Having read the entries, repeat all of them exactly.

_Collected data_
□ □ □ □

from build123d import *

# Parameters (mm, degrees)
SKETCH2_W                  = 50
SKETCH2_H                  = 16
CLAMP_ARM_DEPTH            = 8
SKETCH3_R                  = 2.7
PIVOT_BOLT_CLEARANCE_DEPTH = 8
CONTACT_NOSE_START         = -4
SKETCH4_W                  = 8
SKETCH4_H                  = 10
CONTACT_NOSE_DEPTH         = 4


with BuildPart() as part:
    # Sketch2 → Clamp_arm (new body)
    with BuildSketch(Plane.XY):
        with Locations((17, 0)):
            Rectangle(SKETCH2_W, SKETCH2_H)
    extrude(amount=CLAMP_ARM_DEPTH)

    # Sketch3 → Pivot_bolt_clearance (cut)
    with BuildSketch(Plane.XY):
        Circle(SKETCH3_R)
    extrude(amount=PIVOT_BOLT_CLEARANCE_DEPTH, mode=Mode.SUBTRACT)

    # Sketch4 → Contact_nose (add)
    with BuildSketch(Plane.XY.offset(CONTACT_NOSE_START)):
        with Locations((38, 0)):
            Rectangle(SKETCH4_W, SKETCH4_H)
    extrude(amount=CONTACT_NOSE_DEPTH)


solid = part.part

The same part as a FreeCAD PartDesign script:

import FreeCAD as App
import Part
import Sketcher
Q = App.Units.Quantity

doc = App.newDocument("Part")
body = doc.addObject("PartDesign::Body", "Body")

sketch1 = body.newObject("Sketcher::SketchObject", "Sketch")
sketch1.AttachmentSupport = (doc.getObject("XY_Plane"), [""])
sketch1.MapMode = "FlatFace"
sketch1.addGeometry([
    Part.LineSegment(App.Vector(-8, 8, 0), App.Vector(-8, -8, 0)),
    Part.LineSegment(App.Vector(-8, -8, 0), App.Vector(42, -8, 0)),
    Part.LineSegment(App.Vector(42, -8, 0), App.Vector(42, 8, 0)),
    Part.LineSegment(App.Vector(42, 8, 0), App.Vector(-8, 8, 0)),
], False)
sketch1.addConstraint([
    Sketcher.Constraint("Coincident", 0, 2, 1, 1),
    Sketcher.Constraint("Coincident", 1, 2, 2, 1),
    Sketcher.Constraint("Coincident", 2, 2, 3, 1),
    Sketcher.Constraint("Coincident", 3, 2, 0, 1),
    Sketcher.Constraint("Vertical", 0),
    Sketcher.Constraint("Horizontal", 1),
    Sketcher.Constraint("Vertical", 2),
    Sketcher.Constraint("Horizontal", 3),
    Sketcher.Constraint("DistanceX", 1, 1, 1, 2, Q("50 mm")),
    Sketcher.Constraint("DistanceY", 0, 2, 0, 1, Q("16 mm")),
    Sketcher.Constraint("DistanceX", 0, 2, -1, 1, Q("8 mm")),
    Sketcher.Constraint("DistanceY", 0, 2, -1, 1, Q("8 mm")),
])
pad1 = body.newObject("PartDesign::Pad", "Pad")
pad1.Profile = sketch1
pad1.Length = 8

sketch2 = body.newObject("Sketcher::SketchObject", "Sketch001")
sketch2.AttachmentSupport = (doc.getObject("XY_Plane"), [""])
sketch2.MapMode = "FlatFace"
sketch2.addGeometry(Part.Circle(App.Vector(0, 0, 0), App.Vector(0, 0, 1), 2.7), False)
sketch2.addConstraint([
    Sketcher.Constraint("Coincident", 0, 3, -1, 1),
    Sketcher.Constraint("Diameter", 0, Q("5.4 mm")),
])
pocket1 = body.newObject("PartDesign::Pocket", "Pocket")
pocket1.Profile = sketch2
pocket1.Length = 8
pocket1.Reversed = True

sketch3 = body.newObject("Sketcher::SketchObject", "Sketch002")
sketch3.AttachmentSupport = (doc.getObject("XY_Plane"), [""])
sketch3.MapMode = "FlatFace"
sketch3.AttachmentOffset = App.Placement(App.Vector(0, 0, -4), App.Rotation())
sketch3.addGeometry([
    Part.LineSegment(App.Vector(34, 5, 0), App.Vector(34, -5, 0)),
    Part.LineSegment(App.Vector(34, -5, 0), App.Vector(42, -5, 0)),
    Part.LineSegment(App.Vector(42, -5, 0), App.Vector(42, 5, 0)),
    Part.LineSegment(App.Vector(42, 5, 0), App.Vector(34, 5, 0)),
], False)
sketch3.addConstraint([
    Sketcher.Constraint("Coincident", 0, 2, 1, 1),
    Sketcher.Constraint("Coincident", 1, 2, 2, 1),
    Sketcher.Constraint("Coincident", 2, 2, 3, 1),
    Sketcher.Constraint("Coincident", 3, 2, 0, 1),
    Sketcher.Constraint("Vertical", 0),
    Sketcher.Constraint("Horizontal", 1),
    Sketcher.Constraint("Vertical", 2),
    Sketcher.Constraint("Horizontal", 3),
    Sketcher.Constraint("DistanceX", 1, 1, 1, 2, Q("8 mm")),
    Sketcher.Constraint("DistanceY", 0, 2, 0, 1, Q("10 mm")),
    Sketcher.Constraint("DistanceX", -1, 1, 0, 2, Q("34 mm")),
    Sketcher.Constraint("DistanceY", 0, 2, -1, 1, Q("5 mm")),
])
pad2 = body.newObject("PartDesign::Pad", "Pad001")
pad2.Profile = sketch3
pad2.Length = 4

doc.recompute()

□ □ □ □

_OUTPUT FOR THIS TASK_
from build123d import *

# Parameters (mm, degrees)
SKETCH2_W                  = 50
SKETCH2_H                  = 16
CLAMP_ARM_DEPTH            = 8
SKETCH3_R                  = 2.7
PIVOT_BOLT_CLEARANCE_DEPTH = 8
CONTACT_NOSE_START         = -4
SKETCH4_W                  = 8
SKETCH4_H                  = 10
CONTACT_NOSE_DEPTH         = 4


with BuildPart() as part:
    # Sketch2 → Clamp_arm (new body)
    with BuildSketch(Plane.XY):
        with Locations((17, 0)):
            Rectangle(SKETCH2_W, SKETCH2_H)
    extrude(amount=CLAMP_ARM_DEPTH)

    # Sketch3 → Pivot_bolt_clearance (cut)
    with BuildSketch(Plane.XY):
        Circle(SKETCH3_R)
    extrude(amount=PIVOT_BOLT_CLEARANCE_DEPTH, mode=Mode.SUBTRACT)

    # Sketch4 → Contact_nose (add)
    with BuildSketch(Plane.XY.offset(CONTACT_NOSE_START)):
        with Locations((38, 0)):
            Rectangle(SKETCH4_W, SKETCH4_H)
    extrude(amount=CONTACT_NOSE_DEPTH)


solid = part.part

The same part as a FreeCAD PartDesign script:

import FreeCAD as App
import Part
import Sketcher
Q = App.Units.Quantity

doc = App.newDocument("Part")
body = doc.addObject("PartDesign::Body", "Body")

sketch1 = body.newObject("Sketcher::SketchObject", "Sketch")
sketch1.AttachmentSupport = (doc.getObject("XY_Plane"), [""])
sketch1.MapMode = "FlatFace"
sketch1.addGeometry([
    Part.LineSegment(App.Vector(-8, 8, 0), App.Vector(-8, -8, 0)),
    Part.LineSegment(App.Vector(-8, -8, 0), App.Vector(42, -8, 0)),
    Part.LineSegment(App.Vector(42, -8, 0), App.Vector(42, 8, 0)),
    Part.LineSegment(App.Vector(42, 8, 0), App.Vector(-8, 8, 0)),
], False)
sketch1.addConstraint([
    Sketcher.Constraint("Coincident", 0, 2, 1, 1),
    Sketcher.Constraint("Coincident", 1, 2, 2, 1),
    Sketcher.Constraint("Coincident", 2, 2, 3, 1),
    Sketcher.Constraint("Coincident", 3, 2, 0, 1),
    Sketcher.Constraint("Vertical", 0),
    Sketcher.Constraint("Horizontal", 1),
    Sketcher.Constraint("Vertical", 2),
    Sketcher.Constraint("Horizontal", 3),
    Sketcher.Constraint("DistanceX", 1, 1, 1, 2, Q("50 mm")),
    Sketcher.Constraint("DistanceY", 0, 2, 0, 1, Q("16 mm")),
    Sketcher.Constraint("DistanceX", 0, 2, -1, 1, Q("8 mm")),
    Sketcher.Constraint("DistanceY", 0, 2, -1, 1, Q("8 mm")),
])
pad1 = body.newObject("PartDesign::Pad", "Pad")
pad1.Profile = sketch1
pad1.Length = 8

sketch2 = body.newObject("Sketcher::SketchObject", "Sketch001")
sketch2.AttachmentSupport = (doc.getObject("XY_Plane"), [""])
sketch2.MapMode = "FlatFace"
sketch2.addGeometry(Part.Circle(App.Vector(0, 0, 0), App.Vector(0, 0, 1), 2.7), False)
sketch2.addConstraint([
    Sketcher.Constraint("Coincident", 0, 3, -1, 1),
    Sketcher.Constraint("Diameter", 0, Q("5.4 mm")),
])
pocket1 = body.newObject("PartDesign::Pocket", "Pocket")
pocket1.Profile = sketch2
pocket1.Length = 8
pocket1.Reversed = True

sketch3 = body.newObject("Sketcher::SketchObject", "Sketch002")
sketch3.AttachmentSupport = (doc.getObject("XY_Plane"), [""])
sketch3.MapMode = "FlatFace"
sketch3.AttachmentOffset = App.Placement(App.Vector(0, 0, -4), App.Rotation())
sketch3.addGeometry([
    Part.LineSegment(App.Vector(34, 5, 0), App.Vector(34, -5, 0)),
    Part.LineSegment(App.Vector(34, -5, 0), App.Vector(42, -5, 0)),
    Part.LineSegment(App.Vector(42, -5, 0), App.Vector(42, 5, 0)),
    Part.LineSegment(App.Vector(42, 5, 0), App.Vector(34, 5, 0)),
], False)
sketch3.addConstraint([
    Sketcher.Constraint("Coincident", 0, 2, 1, 1),
    Sketcher.Constraint("Coincident", 1, 2, 2, 1),
    Sketcher.Constraint("Coincident", 2, 2, 3, 1),
    Sketcher.Constraint("Coincident", 3, 2, 0, 1),
    Sketcher.Constraint("Vertical", 0),
    Sketcher.Constraint("Horizontal", 1),
    Sketcher.Constraint("Vertical", 2),
    Sketcher.Constraint("Horizontal", 3),
    Sketcher.Constraint("DistanceX", 1, 1, 1, 2, Q("8 mm")),
    Sketcher.Constraint("DistanceY", 0, 2, 0, 1, Q("10 mm")),
    Sketcher.Constraint("DistanceX", -1, 1, 0, 2, Q("34 mm")),
    Sketcher.Constraint("DistanceY", 0, 2, -1, 1, Q("5 mm")),
])
pad2 = body.newObject("PartDesign::Pad", "Pad001")
pad2.Profile = sketch3
pad2.Length = 4

doc.recompute()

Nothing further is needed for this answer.